Within the records below is a range that opens at the line with "#187=ORIENTED_EDGE('',*,*,#73,.T.);" and closes at the line with "END-ISO-10303-21;". Return that range word for word, both ends included, and only that range.
* * * *
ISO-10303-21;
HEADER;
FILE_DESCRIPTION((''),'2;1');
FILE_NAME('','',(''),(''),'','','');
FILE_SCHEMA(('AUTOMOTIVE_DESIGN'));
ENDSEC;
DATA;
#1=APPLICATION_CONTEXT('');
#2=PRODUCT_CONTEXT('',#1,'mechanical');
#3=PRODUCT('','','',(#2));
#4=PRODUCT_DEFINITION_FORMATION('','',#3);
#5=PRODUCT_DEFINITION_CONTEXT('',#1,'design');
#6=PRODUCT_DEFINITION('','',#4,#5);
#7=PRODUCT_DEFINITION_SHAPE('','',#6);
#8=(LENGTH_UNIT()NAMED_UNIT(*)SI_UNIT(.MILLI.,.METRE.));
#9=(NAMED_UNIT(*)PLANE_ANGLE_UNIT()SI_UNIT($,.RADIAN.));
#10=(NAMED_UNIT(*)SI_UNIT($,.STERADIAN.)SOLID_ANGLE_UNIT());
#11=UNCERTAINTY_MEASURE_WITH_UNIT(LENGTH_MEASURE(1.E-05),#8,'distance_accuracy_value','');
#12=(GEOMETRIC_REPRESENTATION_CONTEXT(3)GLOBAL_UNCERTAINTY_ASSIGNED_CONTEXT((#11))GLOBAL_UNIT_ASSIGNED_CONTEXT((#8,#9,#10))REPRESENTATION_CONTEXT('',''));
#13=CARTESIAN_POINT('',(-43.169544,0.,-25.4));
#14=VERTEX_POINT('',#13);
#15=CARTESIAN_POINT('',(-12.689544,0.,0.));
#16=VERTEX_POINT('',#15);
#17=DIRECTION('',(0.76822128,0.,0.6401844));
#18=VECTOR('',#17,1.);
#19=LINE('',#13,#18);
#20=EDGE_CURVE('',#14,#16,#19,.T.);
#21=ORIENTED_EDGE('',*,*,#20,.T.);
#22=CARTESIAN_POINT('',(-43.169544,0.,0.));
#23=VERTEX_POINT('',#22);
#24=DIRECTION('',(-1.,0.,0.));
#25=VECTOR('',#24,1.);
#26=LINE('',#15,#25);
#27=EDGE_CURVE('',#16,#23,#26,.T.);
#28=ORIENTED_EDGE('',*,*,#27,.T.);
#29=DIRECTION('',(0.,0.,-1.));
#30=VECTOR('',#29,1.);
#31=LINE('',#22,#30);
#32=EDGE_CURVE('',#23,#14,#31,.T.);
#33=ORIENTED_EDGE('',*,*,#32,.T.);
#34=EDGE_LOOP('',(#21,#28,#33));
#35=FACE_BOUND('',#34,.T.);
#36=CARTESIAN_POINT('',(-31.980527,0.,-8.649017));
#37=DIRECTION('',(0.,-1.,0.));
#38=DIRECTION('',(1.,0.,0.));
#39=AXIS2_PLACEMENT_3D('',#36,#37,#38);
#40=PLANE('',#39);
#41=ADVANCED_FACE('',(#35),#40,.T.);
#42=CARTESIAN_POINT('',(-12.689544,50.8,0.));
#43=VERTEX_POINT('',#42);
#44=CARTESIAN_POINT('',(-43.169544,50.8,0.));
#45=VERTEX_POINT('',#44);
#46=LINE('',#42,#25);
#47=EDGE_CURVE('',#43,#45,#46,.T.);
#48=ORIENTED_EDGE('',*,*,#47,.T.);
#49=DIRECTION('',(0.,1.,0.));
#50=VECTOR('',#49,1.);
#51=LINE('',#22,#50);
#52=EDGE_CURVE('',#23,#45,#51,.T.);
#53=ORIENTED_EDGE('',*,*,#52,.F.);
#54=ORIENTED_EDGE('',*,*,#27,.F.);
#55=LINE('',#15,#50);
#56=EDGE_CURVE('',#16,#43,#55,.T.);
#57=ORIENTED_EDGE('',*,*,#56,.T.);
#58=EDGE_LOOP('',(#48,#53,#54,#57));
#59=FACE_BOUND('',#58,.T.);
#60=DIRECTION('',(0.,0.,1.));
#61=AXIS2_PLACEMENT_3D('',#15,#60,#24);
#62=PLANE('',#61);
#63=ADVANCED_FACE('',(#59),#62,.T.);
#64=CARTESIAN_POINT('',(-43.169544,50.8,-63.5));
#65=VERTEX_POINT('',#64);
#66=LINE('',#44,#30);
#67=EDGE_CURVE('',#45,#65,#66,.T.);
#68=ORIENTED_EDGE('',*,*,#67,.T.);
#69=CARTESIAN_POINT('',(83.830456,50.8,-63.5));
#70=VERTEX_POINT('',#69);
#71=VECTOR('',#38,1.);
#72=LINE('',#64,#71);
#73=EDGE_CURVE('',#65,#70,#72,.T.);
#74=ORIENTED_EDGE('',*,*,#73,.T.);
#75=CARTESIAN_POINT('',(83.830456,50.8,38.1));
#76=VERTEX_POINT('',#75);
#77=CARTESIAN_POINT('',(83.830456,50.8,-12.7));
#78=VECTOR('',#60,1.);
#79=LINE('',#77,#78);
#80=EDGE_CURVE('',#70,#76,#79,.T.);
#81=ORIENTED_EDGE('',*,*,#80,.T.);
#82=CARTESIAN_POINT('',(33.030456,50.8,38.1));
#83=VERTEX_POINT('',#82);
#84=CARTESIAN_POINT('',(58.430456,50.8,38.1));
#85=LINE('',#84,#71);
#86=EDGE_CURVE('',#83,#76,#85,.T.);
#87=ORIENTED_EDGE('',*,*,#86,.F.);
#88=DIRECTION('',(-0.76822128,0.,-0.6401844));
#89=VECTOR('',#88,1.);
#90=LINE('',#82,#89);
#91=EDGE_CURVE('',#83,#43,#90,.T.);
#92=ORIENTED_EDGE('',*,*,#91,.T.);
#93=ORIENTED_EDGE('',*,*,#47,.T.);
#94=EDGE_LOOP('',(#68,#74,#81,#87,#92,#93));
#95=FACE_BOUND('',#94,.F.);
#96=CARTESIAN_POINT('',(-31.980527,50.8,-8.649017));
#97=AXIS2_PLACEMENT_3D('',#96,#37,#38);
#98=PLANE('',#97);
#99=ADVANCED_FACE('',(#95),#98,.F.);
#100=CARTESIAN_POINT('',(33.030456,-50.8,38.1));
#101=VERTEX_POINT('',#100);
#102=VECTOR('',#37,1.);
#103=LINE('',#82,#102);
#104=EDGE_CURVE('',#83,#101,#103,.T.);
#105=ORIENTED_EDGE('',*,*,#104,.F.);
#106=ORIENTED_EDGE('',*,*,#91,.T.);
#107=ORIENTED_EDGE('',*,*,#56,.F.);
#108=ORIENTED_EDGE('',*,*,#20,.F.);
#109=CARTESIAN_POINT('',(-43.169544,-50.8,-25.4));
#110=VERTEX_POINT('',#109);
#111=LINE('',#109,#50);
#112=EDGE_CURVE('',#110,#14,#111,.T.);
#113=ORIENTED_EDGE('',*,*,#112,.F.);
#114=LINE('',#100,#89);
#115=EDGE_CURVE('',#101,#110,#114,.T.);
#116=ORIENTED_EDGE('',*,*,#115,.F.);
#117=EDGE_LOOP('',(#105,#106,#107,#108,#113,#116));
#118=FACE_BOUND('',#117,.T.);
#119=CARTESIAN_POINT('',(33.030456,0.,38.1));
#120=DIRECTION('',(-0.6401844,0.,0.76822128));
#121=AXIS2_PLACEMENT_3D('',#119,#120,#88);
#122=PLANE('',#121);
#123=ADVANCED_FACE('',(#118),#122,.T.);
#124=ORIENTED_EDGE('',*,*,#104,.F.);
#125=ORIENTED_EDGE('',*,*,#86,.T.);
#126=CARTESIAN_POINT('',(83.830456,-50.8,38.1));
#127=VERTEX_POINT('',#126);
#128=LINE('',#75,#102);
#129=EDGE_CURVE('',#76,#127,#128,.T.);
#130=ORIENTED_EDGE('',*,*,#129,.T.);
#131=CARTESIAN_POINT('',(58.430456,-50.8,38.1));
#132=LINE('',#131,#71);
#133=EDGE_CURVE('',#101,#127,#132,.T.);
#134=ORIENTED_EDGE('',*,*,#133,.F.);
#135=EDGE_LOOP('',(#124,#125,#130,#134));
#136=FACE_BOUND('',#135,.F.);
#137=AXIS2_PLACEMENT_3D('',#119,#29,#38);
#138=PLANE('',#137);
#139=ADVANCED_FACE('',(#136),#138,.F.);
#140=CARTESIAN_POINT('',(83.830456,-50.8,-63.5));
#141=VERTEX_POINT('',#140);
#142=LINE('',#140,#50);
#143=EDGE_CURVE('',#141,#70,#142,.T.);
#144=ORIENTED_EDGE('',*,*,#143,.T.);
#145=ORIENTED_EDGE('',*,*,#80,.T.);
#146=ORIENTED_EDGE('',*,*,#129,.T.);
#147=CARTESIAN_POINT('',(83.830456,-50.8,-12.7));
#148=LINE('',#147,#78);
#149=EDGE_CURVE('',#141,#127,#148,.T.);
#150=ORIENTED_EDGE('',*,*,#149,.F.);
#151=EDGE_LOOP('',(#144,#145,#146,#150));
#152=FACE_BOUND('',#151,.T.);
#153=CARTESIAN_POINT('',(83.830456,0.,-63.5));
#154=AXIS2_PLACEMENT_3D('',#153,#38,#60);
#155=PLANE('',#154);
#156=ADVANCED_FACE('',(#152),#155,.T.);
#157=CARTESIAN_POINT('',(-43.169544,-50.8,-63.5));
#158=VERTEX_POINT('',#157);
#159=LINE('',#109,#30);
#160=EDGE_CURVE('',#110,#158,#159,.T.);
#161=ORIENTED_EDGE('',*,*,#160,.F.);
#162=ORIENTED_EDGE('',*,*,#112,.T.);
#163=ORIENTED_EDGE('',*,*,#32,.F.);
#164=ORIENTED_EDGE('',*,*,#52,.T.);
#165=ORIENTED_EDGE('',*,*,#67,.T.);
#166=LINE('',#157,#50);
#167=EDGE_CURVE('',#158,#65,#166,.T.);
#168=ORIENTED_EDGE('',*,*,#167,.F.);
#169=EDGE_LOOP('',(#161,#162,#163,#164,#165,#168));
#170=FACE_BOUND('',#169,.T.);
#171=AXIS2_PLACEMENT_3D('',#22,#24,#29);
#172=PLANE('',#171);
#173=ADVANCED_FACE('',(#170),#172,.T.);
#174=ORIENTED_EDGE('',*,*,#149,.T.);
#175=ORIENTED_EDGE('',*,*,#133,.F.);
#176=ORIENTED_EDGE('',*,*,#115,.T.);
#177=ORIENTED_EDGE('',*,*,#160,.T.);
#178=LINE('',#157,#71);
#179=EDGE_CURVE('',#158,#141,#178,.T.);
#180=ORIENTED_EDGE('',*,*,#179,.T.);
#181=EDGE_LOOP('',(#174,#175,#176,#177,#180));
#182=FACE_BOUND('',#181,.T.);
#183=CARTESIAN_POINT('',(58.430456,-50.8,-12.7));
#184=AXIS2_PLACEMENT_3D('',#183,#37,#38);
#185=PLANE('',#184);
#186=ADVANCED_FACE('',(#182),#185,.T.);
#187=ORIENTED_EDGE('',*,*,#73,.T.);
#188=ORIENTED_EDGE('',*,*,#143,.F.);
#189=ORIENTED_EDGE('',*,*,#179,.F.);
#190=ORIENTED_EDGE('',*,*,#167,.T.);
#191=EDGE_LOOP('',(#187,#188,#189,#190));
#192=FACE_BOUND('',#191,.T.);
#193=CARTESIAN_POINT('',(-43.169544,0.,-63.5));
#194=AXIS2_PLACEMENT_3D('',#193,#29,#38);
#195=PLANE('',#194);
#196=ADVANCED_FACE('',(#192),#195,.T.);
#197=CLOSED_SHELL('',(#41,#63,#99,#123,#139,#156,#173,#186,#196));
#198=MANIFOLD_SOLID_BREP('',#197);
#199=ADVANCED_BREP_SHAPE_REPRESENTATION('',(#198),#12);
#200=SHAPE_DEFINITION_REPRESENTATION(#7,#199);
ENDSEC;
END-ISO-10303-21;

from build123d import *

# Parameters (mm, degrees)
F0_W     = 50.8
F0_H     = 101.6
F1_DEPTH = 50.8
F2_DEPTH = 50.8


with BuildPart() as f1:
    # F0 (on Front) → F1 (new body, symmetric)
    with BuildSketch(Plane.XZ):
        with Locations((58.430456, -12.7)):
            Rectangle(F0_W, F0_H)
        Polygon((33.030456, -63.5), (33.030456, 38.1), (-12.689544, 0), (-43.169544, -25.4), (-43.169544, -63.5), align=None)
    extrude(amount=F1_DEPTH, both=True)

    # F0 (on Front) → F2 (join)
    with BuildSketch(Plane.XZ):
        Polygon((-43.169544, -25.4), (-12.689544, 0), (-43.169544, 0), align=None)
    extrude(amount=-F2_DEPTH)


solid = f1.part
* * * *
● **Answer to this task**:
#187=ORIENTED_EDGE('',*,*,#73,.T.);
#188=ORIENTED_EDGE('',*,*,#143,.F.);
#189=ORIENTED_EDGE('',*,*,#179,.F.);
#190=ORIENTED_EDGE('',*,*,#167,.T.);
#191=EDGE_LOOP('',(#187,#188,#189,#190));
#192=FACE_BOUND('',#191,.T.);
#193=CARTESIAN_POINT('',(-43.169544,0.,-63.5));
#194=AXIS2_PLACEMENT_3D('',#193,#29,#38);
#195=PLANE('',#194);
#196=ADVANCED_FACE('',(#192),#195,.T.);
#197=CLOSED_SHELL('',(#41,#63,#99,#123,#139,#156,#173,#186,#196));
#198=MANIFOLD_SOLID_BREP('',#197);
#199=ADVANCED_BREP_SHAPE_REPRESENTATION('',(#198),#12);
#200=SHAPE_DEFINITION_REPRESENTATION(#7,#199);
ENDSEC;
END-ISO-10303-21;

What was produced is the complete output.